J'avais l'habitude d'utiliser Outlook express qui me laissait la possibilité de créer des dossiers et à l'intérieur de ces dossiers des sous-dossiers (par exemple : Client machin / Produit truc).
J'arrive à créer des dossiers dans la boîte aux lettres mais pas des sous-dossiers.

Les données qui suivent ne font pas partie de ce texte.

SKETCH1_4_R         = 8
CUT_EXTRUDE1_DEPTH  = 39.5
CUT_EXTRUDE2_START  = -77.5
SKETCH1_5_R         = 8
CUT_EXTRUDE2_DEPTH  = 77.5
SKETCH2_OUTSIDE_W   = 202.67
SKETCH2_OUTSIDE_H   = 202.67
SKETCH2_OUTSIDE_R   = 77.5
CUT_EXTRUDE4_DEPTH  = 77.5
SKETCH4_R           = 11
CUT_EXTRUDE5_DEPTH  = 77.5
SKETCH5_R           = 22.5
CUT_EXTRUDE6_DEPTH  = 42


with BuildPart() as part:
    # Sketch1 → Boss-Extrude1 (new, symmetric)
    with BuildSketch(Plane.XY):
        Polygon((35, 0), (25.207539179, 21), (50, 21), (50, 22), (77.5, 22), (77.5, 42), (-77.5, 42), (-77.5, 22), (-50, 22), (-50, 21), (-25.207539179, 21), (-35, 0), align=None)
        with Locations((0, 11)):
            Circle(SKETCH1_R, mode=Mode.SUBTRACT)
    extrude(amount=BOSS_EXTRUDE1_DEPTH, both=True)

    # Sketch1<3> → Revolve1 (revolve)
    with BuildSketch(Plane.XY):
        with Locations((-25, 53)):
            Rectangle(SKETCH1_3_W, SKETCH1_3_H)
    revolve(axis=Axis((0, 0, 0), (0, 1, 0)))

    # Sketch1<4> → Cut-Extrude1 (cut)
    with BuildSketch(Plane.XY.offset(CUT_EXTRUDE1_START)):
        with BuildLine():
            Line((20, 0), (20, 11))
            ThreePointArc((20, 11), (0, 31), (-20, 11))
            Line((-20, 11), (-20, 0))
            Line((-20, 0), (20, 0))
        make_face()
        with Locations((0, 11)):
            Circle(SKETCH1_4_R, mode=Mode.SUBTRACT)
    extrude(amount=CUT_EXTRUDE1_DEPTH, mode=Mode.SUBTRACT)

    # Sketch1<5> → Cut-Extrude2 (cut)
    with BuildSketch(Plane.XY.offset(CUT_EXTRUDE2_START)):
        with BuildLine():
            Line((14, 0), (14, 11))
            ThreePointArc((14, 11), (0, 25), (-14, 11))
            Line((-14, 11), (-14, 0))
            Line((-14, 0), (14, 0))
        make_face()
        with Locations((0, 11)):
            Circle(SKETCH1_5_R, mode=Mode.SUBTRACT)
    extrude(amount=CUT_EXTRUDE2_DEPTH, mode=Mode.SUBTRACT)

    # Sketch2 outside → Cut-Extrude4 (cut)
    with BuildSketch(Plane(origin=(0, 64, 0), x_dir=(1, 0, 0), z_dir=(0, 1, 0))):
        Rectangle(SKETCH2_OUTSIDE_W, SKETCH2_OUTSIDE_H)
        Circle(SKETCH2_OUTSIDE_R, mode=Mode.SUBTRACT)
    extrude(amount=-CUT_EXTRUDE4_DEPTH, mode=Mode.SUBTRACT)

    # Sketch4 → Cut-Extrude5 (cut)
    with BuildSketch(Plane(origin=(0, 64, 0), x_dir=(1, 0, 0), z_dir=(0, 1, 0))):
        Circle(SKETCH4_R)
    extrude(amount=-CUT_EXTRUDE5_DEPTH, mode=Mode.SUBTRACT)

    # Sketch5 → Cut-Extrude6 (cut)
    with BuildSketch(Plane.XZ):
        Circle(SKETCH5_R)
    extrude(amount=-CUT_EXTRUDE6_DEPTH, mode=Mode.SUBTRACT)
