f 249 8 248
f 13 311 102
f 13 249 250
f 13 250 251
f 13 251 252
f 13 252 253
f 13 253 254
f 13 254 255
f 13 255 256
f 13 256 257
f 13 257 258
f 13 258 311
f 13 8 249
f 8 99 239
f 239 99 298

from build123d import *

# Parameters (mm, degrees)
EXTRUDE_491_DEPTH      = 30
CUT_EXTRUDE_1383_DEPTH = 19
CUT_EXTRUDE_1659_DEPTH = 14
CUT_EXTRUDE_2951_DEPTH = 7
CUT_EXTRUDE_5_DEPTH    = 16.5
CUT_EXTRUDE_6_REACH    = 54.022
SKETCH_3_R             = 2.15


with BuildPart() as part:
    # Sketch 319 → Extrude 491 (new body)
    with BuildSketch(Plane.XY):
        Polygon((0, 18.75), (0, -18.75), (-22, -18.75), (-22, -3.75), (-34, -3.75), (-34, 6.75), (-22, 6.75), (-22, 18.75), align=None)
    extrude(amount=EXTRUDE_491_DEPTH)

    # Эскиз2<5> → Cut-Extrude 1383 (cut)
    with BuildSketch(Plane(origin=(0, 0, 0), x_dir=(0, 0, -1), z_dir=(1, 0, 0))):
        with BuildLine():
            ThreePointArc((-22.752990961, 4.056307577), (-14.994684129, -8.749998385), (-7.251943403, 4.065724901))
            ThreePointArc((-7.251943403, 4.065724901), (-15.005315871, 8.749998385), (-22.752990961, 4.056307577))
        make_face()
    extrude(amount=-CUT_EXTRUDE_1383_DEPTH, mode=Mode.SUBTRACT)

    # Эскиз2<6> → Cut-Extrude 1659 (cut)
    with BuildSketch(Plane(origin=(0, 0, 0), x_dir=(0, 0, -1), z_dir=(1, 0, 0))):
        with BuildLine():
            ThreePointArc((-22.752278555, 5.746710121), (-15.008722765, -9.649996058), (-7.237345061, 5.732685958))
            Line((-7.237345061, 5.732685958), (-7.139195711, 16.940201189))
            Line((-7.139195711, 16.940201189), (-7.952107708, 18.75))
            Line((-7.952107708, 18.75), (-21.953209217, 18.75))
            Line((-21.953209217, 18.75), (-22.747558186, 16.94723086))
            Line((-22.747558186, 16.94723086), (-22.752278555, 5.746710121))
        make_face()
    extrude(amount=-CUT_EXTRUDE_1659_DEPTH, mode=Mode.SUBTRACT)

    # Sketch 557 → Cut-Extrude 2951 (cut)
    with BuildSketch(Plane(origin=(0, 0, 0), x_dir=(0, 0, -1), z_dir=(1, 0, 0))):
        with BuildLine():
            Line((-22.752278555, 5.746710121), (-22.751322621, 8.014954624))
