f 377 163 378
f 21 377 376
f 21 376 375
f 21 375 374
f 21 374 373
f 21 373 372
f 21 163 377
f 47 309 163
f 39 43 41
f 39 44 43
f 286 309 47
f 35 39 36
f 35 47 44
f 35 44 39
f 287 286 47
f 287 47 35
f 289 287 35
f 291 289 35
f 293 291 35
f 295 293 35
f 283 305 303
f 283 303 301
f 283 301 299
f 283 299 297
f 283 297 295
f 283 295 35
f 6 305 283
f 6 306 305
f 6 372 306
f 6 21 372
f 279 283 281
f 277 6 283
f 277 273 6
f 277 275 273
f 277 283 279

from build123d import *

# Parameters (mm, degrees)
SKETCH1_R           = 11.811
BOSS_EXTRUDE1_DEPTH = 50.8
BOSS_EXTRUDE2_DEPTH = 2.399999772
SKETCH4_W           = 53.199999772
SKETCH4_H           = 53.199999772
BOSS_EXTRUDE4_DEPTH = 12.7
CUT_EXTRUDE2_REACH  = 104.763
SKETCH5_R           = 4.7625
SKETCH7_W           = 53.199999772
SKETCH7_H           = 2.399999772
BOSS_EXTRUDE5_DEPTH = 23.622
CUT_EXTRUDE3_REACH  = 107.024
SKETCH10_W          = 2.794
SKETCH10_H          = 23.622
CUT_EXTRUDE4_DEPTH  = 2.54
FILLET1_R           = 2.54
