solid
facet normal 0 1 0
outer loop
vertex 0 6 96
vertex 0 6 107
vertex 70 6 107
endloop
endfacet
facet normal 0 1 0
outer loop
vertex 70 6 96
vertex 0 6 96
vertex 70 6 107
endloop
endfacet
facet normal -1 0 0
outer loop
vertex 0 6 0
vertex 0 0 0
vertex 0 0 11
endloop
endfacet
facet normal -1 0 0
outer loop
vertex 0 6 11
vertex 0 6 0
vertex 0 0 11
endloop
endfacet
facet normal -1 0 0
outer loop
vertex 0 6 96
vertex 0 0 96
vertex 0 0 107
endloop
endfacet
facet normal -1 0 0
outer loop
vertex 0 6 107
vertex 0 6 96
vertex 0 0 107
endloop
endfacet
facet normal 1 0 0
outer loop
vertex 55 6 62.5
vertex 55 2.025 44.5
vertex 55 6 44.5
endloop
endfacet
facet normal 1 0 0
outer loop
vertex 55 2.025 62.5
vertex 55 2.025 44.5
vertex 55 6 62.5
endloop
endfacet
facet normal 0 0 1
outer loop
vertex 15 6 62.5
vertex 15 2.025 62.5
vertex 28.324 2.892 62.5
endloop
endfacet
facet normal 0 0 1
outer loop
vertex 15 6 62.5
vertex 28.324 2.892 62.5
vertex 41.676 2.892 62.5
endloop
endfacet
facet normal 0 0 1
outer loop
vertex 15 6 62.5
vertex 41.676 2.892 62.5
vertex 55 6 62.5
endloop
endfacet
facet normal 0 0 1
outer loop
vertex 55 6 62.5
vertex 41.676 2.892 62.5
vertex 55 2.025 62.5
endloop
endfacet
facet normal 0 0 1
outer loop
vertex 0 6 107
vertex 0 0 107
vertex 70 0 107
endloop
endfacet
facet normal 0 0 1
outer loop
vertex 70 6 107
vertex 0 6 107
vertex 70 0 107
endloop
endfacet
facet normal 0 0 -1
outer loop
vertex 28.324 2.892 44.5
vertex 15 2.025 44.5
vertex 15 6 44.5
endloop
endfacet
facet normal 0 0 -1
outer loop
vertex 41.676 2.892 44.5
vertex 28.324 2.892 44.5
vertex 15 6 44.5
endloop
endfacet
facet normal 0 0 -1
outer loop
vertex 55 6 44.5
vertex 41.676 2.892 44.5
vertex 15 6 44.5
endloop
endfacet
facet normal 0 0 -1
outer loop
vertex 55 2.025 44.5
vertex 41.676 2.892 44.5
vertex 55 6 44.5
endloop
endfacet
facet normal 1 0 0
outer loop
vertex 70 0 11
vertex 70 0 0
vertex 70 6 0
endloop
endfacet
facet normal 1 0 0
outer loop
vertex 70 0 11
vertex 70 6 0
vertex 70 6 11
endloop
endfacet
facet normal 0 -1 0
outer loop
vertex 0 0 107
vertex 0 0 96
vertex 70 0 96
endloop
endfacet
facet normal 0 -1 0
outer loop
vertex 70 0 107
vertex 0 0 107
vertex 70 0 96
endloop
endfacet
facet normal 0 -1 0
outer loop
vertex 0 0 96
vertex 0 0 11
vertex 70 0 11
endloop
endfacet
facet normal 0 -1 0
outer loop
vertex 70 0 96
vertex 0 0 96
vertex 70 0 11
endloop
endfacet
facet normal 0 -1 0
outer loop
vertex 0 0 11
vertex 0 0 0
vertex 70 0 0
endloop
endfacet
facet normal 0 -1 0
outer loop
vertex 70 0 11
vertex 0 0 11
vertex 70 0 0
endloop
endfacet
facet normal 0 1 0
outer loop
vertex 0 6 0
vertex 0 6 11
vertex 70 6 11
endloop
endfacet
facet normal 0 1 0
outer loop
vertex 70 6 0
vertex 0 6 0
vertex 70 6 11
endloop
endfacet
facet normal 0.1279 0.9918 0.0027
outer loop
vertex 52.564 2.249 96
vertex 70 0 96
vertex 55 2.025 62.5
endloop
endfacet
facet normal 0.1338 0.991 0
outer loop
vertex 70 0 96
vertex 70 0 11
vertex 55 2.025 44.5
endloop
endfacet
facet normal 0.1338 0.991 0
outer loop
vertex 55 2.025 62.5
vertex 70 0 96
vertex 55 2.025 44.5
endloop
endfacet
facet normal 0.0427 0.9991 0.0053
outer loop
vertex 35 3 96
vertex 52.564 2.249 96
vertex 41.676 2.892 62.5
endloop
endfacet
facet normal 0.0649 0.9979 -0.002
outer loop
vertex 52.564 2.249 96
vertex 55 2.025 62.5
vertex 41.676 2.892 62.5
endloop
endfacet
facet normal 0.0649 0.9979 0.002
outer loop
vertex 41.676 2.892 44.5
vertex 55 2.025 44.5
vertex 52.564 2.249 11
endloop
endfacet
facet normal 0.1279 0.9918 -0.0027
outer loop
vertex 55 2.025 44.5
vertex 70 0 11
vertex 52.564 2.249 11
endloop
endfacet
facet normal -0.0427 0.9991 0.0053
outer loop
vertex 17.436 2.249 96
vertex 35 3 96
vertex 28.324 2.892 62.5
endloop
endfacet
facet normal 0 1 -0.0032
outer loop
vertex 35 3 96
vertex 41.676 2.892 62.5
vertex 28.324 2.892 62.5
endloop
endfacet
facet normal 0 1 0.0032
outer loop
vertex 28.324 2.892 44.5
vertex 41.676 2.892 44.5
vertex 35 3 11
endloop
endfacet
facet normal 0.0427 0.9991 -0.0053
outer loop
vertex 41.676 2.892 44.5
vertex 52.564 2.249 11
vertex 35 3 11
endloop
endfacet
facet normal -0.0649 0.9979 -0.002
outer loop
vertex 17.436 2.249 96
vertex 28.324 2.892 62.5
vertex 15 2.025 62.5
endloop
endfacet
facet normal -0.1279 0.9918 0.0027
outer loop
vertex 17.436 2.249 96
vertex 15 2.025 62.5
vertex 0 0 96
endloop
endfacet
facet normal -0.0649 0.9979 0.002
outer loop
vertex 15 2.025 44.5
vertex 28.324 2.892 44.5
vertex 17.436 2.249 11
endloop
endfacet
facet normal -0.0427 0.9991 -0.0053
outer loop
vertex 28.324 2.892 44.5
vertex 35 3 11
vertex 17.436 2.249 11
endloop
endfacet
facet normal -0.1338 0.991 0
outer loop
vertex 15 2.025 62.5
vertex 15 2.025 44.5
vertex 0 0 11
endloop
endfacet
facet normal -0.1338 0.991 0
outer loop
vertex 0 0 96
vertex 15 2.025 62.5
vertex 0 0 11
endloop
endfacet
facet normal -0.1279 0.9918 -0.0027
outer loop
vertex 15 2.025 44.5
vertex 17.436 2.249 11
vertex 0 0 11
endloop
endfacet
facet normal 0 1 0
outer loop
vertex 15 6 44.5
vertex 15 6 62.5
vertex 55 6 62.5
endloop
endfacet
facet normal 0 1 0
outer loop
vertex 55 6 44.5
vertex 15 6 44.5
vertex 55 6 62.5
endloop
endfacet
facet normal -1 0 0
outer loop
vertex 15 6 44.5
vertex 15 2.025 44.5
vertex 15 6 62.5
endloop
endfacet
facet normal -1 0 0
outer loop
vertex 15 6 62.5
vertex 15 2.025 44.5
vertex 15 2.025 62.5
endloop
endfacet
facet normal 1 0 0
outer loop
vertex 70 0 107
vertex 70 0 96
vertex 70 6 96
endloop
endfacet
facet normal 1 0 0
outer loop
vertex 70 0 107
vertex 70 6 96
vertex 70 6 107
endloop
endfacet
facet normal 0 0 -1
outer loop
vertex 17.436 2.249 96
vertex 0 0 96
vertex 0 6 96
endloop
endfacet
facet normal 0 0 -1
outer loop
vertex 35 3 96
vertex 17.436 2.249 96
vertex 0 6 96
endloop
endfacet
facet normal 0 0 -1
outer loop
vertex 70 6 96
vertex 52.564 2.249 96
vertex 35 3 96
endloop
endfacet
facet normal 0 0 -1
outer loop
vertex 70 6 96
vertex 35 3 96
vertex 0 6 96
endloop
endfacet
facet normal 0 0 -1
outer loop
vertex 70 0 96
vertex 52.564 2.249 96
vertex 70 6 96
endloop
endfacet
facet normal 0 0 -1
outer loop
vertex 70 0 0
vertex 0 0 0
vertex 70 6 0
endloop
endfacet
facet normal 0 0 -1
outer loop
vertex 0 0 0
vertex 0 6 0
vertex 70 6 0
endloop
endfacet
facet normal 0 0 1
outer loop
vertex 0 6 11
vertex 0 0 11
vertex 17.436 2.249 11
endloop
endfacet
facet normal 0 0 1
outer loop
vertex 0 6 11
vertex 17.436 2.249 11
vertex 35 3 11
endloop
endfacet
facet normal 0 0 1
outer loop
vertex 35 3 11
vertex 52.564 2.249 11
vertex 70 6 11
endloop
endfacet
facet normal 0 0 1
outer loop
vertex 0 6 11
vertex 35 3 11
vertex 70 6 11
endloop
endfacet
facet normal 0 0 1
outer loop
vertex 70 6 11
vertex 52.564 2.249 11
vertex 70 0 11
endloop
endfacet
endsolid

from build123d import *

# Parameters (mm, degrees)
F1_DEPTH = 107
F2_W     = 70
F2_H     = 11
F2_W_2   = 40
F2_H_2   = 18
F3_DEPTH = 6


with BuildPart() as f1:
    # F0 (on Top) → F1 (new body)
    with BuildSketch(Plane.XY):
        with BuildLine():
            Line((0, 0), (70, 0))
            ThreePointArc((70, 0), (35, 3), (0, 0))
        make_face()
    extrude(amount=F1_DEPTH)

    # F2 (on face) → F3 (join)
    with BuildSketch(Plane.XZ):
        with Locations((35, 101.5)):
            Rectangle(F2_W, F2_H)
        with Locations((35, 53.5)):
            Rectangle(F2_W_2, F2_H_2)
        with Locations((35, 5.5)):
            Rectangle(F2_W, F2_H)
    extrude(amount=-F3_DEPTH)


solid = f1.part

Quelqu'un saurait-il comment faire, si tant est que ça soit possible ?

Merci d'avance !


----------



## xanadu (2 Février 2006)

Disto a dit:
			
		

> Bonsoir,
> 
> Je suis un nouvel utilisateur de Mac et ancien utilisateur PC.
> J'avais l'habitude d'utiliser Outlook express qui me laissait la possibilité de créer des dossiers et à l'intérieur de ces dossiers des sous-dossiers (par exemple : Client machin / Produit truc).
> ...


Bonjour
Quand tu crées un dossier A (par exemple avec "+" en bas de la fenêtre à gauche)
Tu selectionnes ce même dossier et à nouveau la même opération (c'est à dire "+") pour ajouter  un autre dossier B. Ce dernier va se trouver dans le premier crée( une flèche devant le dossier  A s'affiche pour pouvoir accéder au sous dossier B).
En résumé :Sélectionne le dossier A  puis "+" pour un sous dossier B
Sinon avec un clik droit sur le dossier >>> Nouvelles boîte aux lettres


----------



## r e m y (2 Février 2006)

ET si le dossier ne se crée pas au bon endroit, tu peux ensuite le prendre à la souris et le faire glisser sur un autre dossier pour qu'il en devienne un sous dossier


----------



## Disto (2 Février 2006)

Merci beaucoup !

En fait, c'est beaucoup plus simple que ce que j'imaginais.

Bonne soirée !


----------



## r e m y (3 Février 2006)

Disto a dit:
			
		

> ...
> En fait, c'est beaucoup plus simple que ce que j'imaginais.
> ...


 
Bienvenue sur Mac !


----------